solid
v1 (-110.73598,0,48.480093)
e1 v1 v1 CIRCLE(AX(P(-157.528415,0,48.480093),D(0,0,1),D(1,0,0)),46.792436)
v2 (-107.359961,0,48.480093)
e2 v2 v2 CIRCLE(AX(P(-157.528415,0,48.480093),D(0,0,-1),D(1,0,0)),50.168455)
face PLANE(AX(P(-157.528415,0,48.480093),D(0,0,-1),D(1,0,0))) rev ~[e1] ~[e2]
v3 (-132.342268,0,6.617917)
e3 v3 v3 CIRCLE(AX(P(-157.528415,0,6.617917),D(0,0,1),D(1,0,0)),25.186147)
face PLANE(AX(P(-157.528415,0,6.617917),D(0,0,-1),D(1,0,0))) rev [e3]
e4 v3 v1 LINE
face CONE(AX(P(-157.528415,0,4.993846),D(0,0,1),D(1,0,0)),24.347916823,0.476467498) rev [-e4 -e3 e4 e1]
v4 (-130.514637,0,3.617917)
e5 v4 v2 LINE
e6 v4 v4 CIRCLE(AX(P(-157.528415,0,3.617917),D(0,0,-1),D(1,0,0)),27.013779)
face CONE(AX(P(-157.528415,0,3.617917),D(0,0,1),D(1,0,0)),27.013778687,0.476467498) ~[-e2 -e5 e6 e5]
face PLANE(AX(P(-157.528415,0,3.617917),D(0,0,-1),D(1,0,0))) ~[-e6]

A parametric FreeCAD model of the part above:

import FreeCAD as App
import Part
import Sketcher

V = App.Vector


def faces_at(feature, points):
    """Names of the faces that lie closest to the given points."""
    faces = feature.Shape.Faces
    near = lambda p: min(range(len(faces)), key=lambda i: faces[i].distToShape(Part.Vertex(*p))[0])
    return sorted({f"Face{near(p) + 1}" for p in points})

doc = App.newDocument("Part")
body = doc.addObject("PartDesign::Body", "Body")

sketch1 = body.newObject("Sketcher::SketchObject", "Sketch")
sketch1.AttachmentSupport = (doc.getObject("XZ_Plane"), [""])
sketch1.MapMode = "FlatFace"
sketch1.addGeometry([
    Part.LineSegment(V(-107, 48, 0), V(-158, 48, 0)),
    Part.LineSegment(V(-158, 48, 0), V(-158, 4, 0)),
    Part.LineSegment(V(-158, 4, 0), V(-131, 4, 0)),
    Part.LineSegment(V(-131, 4, 0), V(-107, 48, 0)),
], False)
sketch1.addGeometry(Part.LineSegment(V(-158, 48, 0), V(-158, 4, 0)), True)
sketch1.addConstraint([
    Sketcher.Constraint("Coincident", 0, 2, 1, 1),
    Sketcher.Constraint("Coincident", 1, 2, 2, 1),
    Sketcher.Constraint("Coincident", 2, 2, 3, 1),
    Sketcher.Constraint("Coincident", 3, 2, 0, 1),
    Sketcher.Constraint("Horizontal", 0),
    Sketcher.Constraint("Vertical", 1),
    Sketcher.Constraint("Horizontal", 2),
    Sketcher.Constraint("Vertical", 4),
    Sketcher.Constraint("Coincident", 4, 1, 0, 2),
    Sketcher.Constraint("Horizontal", 2, 2, 4, 2),
    Sketcher.Constraint("DistanceX", 2, 1, 2, 2, 27.013779),
    Sketcher.Constraint("DistanceX", 0, 2, 0, 1, 50.168455),
    Sketcher.Constraint("DistanceY", 1, 2, 1, 1, 44.862176),
    Sketcher.Constraint("DistanceX", 3, 2, -1, 1, 107.359961),
    Sketcher.Constraint("DistanceY", -1, 1, 0, 2, 48.480093),
])
revolution = body.newObject("PartDesign::Revolution", "Revolution")
revolution.Profile = sketch1
revolution.ReferenceAxis = (sketch1, ["Axis0"])
revolution.Angle = 360
doc.recompute()

thickness = body.newObject("PartDesign::Thickness", "Thickness")
thickness.Base = (revolution, faces_at(revolution, [(-157.528, 0, 48.48)]))
thickness.Value = 3
thickness.Reversed = True
thickness.Join = "Arc"

doc.recompute()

--------------------------------

TRY IT
What lines above mention "CIRCLE"? Copy each one.

ANSWER SPACE
e1 v1 v1 CIRCLE(AX(P(-157.528415,0,48.480093),D(0,0,1),D(1,0,0)),46.792436)
e2 v2 v2 CIRCLE(AX(P(-157.528415,0,48.480093),D(0,0,-1),D(1,0,0)),50.168455)
e3 v3 v3 CIRCLE(AX(P(-157.528415,0,6.617917),D(0,0,1),D(1,0,0)),25.186147)
e6 v4 v4 CIRCLE(AX(P(-157.528415,0,3.617917),D(0,0,-1),D(1,0,0)),27.013779)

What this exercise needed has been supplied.